Я уже перебывал здесь почти во всех музеях и вообще очень близко ознакомился с Берлином. Насколько здесь легко попасть на выставку, в музей и концерты, настолько трудно достать билет в оперу. Для всего Берлина есть только один Operhaus! У кассы стоят уже в 6 ч. утра, и для того, чтобы достать какое-нибудь место, надо встать в 5 ч. и за отсутствием конок в такой ранний час идти пешком из Шарлоттенбурга в Берлин. Такой утренний моцион я проделывал уже четыре раза (число без «возведения в степень»).
В берлинский период жизни брат мой окончательно был покорен музыкой Вагнера. Уже в Москве он Вагнером увлекался. С некоторых пор, когда уяснилось, что будущим брата будет музыка и деятельность композитора, ему стали дарить ноты. В его шкафу красовались, в красивых изданиях, в красивых, с золотом, переплетах, клавиры некоторых опер Вагнера. Но не столько брат, сколько наша мать часто и помногу проигрывала отрывки из них, так что многое из Вагнеровых опер стало мне хорошо знакомым.
Брат играл мало, предпочитая импровизировать и что-то свое сочинять, видя себя в будущем не исполнителем, а именно композитором. Потому, не думая вовсе о развитии техники игры, он ею абсолютно не владел. Года за два до Берлина он начал брать серьезные уроки теории и гармонии у известного в Москве музыкального критика, теоретика и композитора Ю.Д. Энгеля.
…От немцев я стараюсь выжать все те соки, которые мне могут быть полезны, то есть учусь у них всему, чему могу. Много читаю. Все родственники разъехались … и двоюродная сестра. Часто переписываюсь с нею. Об этом удивительном человеке я еще поговорю с тобой, когда увижусь, если ты только поймешь тот язык, на котором я с тобой буду говорить на эту тему.
Сегодня иду в первый раз в Университет, где от скуки запишусь на философский факультет. Слушаю там историю музыки. Ей-Богу, не вру. Только, вернее, я не записался, а надуваю доверчивое германское правительство. Лезу прямо в аудиторию, как «свой» человек.
Юность. 1908–1911
Я клавишей стаю кормил с руки…
Больше всего на свете я любил музыку, больше всех в ней – Скрябина. Музыкально лепетать я стал незадолго до первого с ним знакомства. К его возвращенью я был учеником одного поныне здравствующего композитора. Мне оставалось еще только пройти оркестровку. Говорили всякое; впрочем, важно лишь то, что, если бы говорили и противное, все равно жизни вне музыки я себе не представлял. Но у меня не было абсолютного слуха. Так называется способность узнавать высоту любой произвольно взятой ноты. Отсутствие качества, ни в какой связи с общею музыкальностью не стоящего, но которым в полной мере обладала моя мать, не давало мне покоя. Если бы музыка была мне поприщем, как казалось со стороны, я бы этим абсолютным слухом не интересовался. Я знал, что его нет у выдающихся современных композиторов, и, как думают, может быть, и Вагнер, и Чайковский были его лишены. Но музыка была для меня культом, то есть той разрушительной точкой, в которую собиралось все, что было самого суеверного и самоотреченного во мне, и потому всякий раз, как за каким-нибудь вечерним вдохновеньем окрылялась моя воля, я утром спешил унизить ее, вновь и вновь вспоминая о названном недостатке.

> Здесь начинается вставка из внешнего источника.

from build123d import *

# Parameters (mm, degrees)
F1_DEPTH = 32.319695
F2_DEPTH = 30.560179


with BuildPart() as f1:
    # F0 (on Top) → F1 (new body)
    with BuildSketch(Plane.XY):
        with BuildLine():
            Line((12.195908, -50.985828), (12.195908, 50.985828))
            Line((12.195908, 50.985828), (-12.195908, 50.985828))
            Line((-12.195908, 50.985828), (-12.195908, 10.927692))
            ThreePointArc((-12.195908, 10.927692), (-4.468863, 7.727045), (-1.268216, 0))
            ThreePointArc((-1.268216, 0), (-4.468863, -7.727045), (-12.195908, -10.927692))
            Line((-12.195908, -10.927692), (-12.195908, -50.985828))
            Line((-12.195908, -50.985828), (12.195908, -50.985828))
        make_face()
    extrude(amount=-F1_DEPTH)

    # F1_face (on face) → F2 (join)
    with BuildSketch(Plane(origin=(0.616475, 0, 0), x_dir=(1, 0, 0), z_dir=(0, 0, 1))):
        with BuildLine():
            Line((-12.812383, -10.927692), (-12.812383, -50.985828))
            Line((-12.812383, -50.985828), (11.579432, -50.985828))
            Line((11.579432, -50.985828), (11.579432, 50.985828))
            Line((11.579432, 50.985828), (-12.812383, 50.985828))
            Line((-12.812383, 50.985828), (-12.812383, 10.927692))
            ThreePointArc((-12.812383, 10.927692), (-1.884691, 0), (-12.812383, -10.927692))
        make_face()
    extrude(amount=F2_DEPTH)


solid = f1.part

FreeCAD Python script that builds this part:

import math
import FreeCAD as App
import Part
import Sketcher
from FreeCAD import Vector
Q = App.Units.Quantity

doc = App.newDocument("Part")
body = doc.addObject("PartDesign::Body", "Body")

sketch1 = body.newObject("Sketcher::SketchObject", "Sketch")
sketch1.AttachmentSupport = (doc.getObject("XY_Plane"), [""])
sketch1.MapMode = "FlatFace"
sketch1.addGeometry([
    Part.LineSegment(Vector(12.195908, -50.985828, 0), Vector(12.195908, 50.985828, 0)),
    Part.LineSegment(Vector(12.195908, 50.985828, 0), Vector(-12.195908, 50.985828, 0)),
    Part.LineSegment(Vector(-12.195908, 50.985828, 0), Vector(-12.195908, 10.927692, 0)),
    Part.ArcOfCircle(Part.Circle(Vector(-12.195908, 0, 0), Vector(0, 0, 1), 10.927692), math.radians(0.000002), math.radians(89.999998)),
    Part.ArcOfCircle(Part.Circle(Vector(-12.195908, 0, 0), Vector(0, 0, 1), 10.927692), math.radians(-89.999998), math.radians(-0.000002)),
    Part.LineSegment(Vector(-12.195908, -10.927692, 0), Vector(-12.195908, -50.985828, 0)),
    Part.LineSegment(Vector(-12.195908, -50.985828, 0), Vector(12.195908, -50.985828, 0)),
], False)
sketch1.addConstraint([
    Sketcher.Constraint("Coincident", 0, 2, 1, 1),
    Sketcher.Constraint("Coincident", 1, 2, 2, 1),
    Sketcher.Constraint("Coincident", 2, 2, 3, 2),
    Sketcher.Constraint("Tangent", 3, 1, 4, 2),
    Sketcher.Constraint("Coincident", 4, 1, 5, 1),
    Sketcher.Constraint("Coincident", 5, 2, 6, 1),
    Sketcher.Constraint("Coincident", 6, 2, 0, 1),
    Sketcher.Constraint("Vertical", 0),
    Sketcher.Constraint("Horizontal", 1),
    Sketcher.Constraint("Vertical", 2),
    Sketcher.Constraint("Vertical", 5),
    Sketcher.Constraint("Horizontal", 6),
    Sketcher.Constraint("Equal", 3, 4),
    Sketcher.Constraint("Symmetric", 0, 2, 5, 2, -1, 1),
    Sketcher.Constraint("Symmetric", 2, 2, 4, 1, -1),
    Sketcher.Constraint("PointOnObject", 3, 1, -1),
    Sketcher.Constraint("Vertical", 4, 3, 1, 2),
    Sketcher.Constraint("Radius", 3, Q("10.927692 mm")),
    Sketcher.Constraint("DistanceX", 1, 2, 1, 1, Q("24.391816 mm")),
    Sketcher.Constraint("DistanceY", 0, 1, 0, 2, Q("101.971656 mm")),
])
pad1 = body.newObject("PartDesign::Pad", "Pad")
pad1.Profile = sketch1
pad1.Length = 32.319695
pad1.Reversed = True

sketch2 = body.newObject("Sketcher::SketchObject", "Sketch001")
sketch2.AttachmentSupport = (doc.getObject("XY_Plane"), [""])
sketch2.MapMode = "FlatFace"
sketch2.addGeometry([
    Part.LineSegment(Vector(-12.195908, -10.927692, 0), Vector(-12.195908, -50.985828, 0)),
    Part.LineSegment(Vector(-12.195908, -50.985828, 0), Vector(12.195907, -50.985828, 0)),
    Part.LineSegment(Vector(12.195907, -50.985828, 0), Vector(12.195907, 50.985828, 0)),
    Part.LineSegment(Vector(12.195907, 50.985828, 0), Vector(-12.195908, 50.985828, 0)),
    Part.LineSegment(Vector(-12.195908, 50.985828, 0), Vector(-12.195908, 10.927692, 0)),
    Part.ArcOfCircle(Part.Circle(Vector(-12.195908, 0, 0), Vector(0, 0, 1), 10.927692), math.radians(-90), math.radians(90)),
], False)
sketch2.addConstraint([
    Sketcher.Constraint("Coincident", 0, 2, 1, 1),
    Sketcher.Constraint("Coincident", 1, 2, 2, 1),
    Sketcher.Constraint("Coincident", 2, 2, 3, 1),
    Sketcher.Constraint("Coincident", 3, 2, 4, 1),
    Sketcher.Constraint("Coincident", 4, 2, 5, 2),
    Sketcher.Constraint("Coincident", 5, 1, 0, 1),
    Sketcher.Constraint("Vertical", 0),
    Sketcher.Constraint("Horizontal", 1),
    Sketcher.Constraint("Vertical", 2),
    Sketcher.Constraint("Horizontal", 3),
    Sketcher.Constraint("Vertical", 4),
    Sketcher.Constraint("Symmetric", 0, 2, 2, 2, -1, 1),
    Sketcher.Constraint("Symmetric", 4, 2, 5, 1, -1),
    Sketcher.Constraint("Vertical", 5, 3, 0, 2),
    Sketcher.Constraint("Radius", 5, Q("10.927692 mm")),
    Sketcher.Constraint("DistanceX", 1, 1, 1, 2, Q("24.391815 mm")),
    Sketcher.Constraint("DistanceY", 0, 2, 0, 1, Q("40.058136 mm")),
])
pad2 = body.newObject("PartDesign::Pad", "Pad001")
pad2.Profile = sketch2
pad2.Length = 30.560179

doc.recompute()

…На репетиции Энгель подошел к Боре и сказал про «Поэму экстаза»:
– Это конец музыки!
– Это ее начало! – воскликнул Борис.
Без слез я не мог ее слышать. Она вгравировалась в мою память раньше, чем легла в цинкографические доски первых корректур. В этом не было неожиданности. Рука, ее написавшая, за шесть лет перед тем легла на меня с не меньшим весом.
И, о ужас, когда я начинаю вникать в это «обратно», в моем сознании вырисовывается вдруг кусочек подоконника в рабочей комнате Глиэра[37] на даче, и я слышу собственную сонату, но не это важно, а важен тот мир легендарной сказочной полноты и счастья, которыми заряжено это смолистое, яркое летнее дерево, и душистый сумрак переступающего сада; и эти как бы распечатываемые дальними криками и свистками чистые просторы, темные, матовые, растворенные горизонтами, с воздушной позолотой мошек; эти вечера, в которые можно бесследно совать какие-то мысли, слова, намерения, ненаписанные письма и т. д. и которые тысячекратно ценны именно как эти колодцы, в которые падало столько творчества.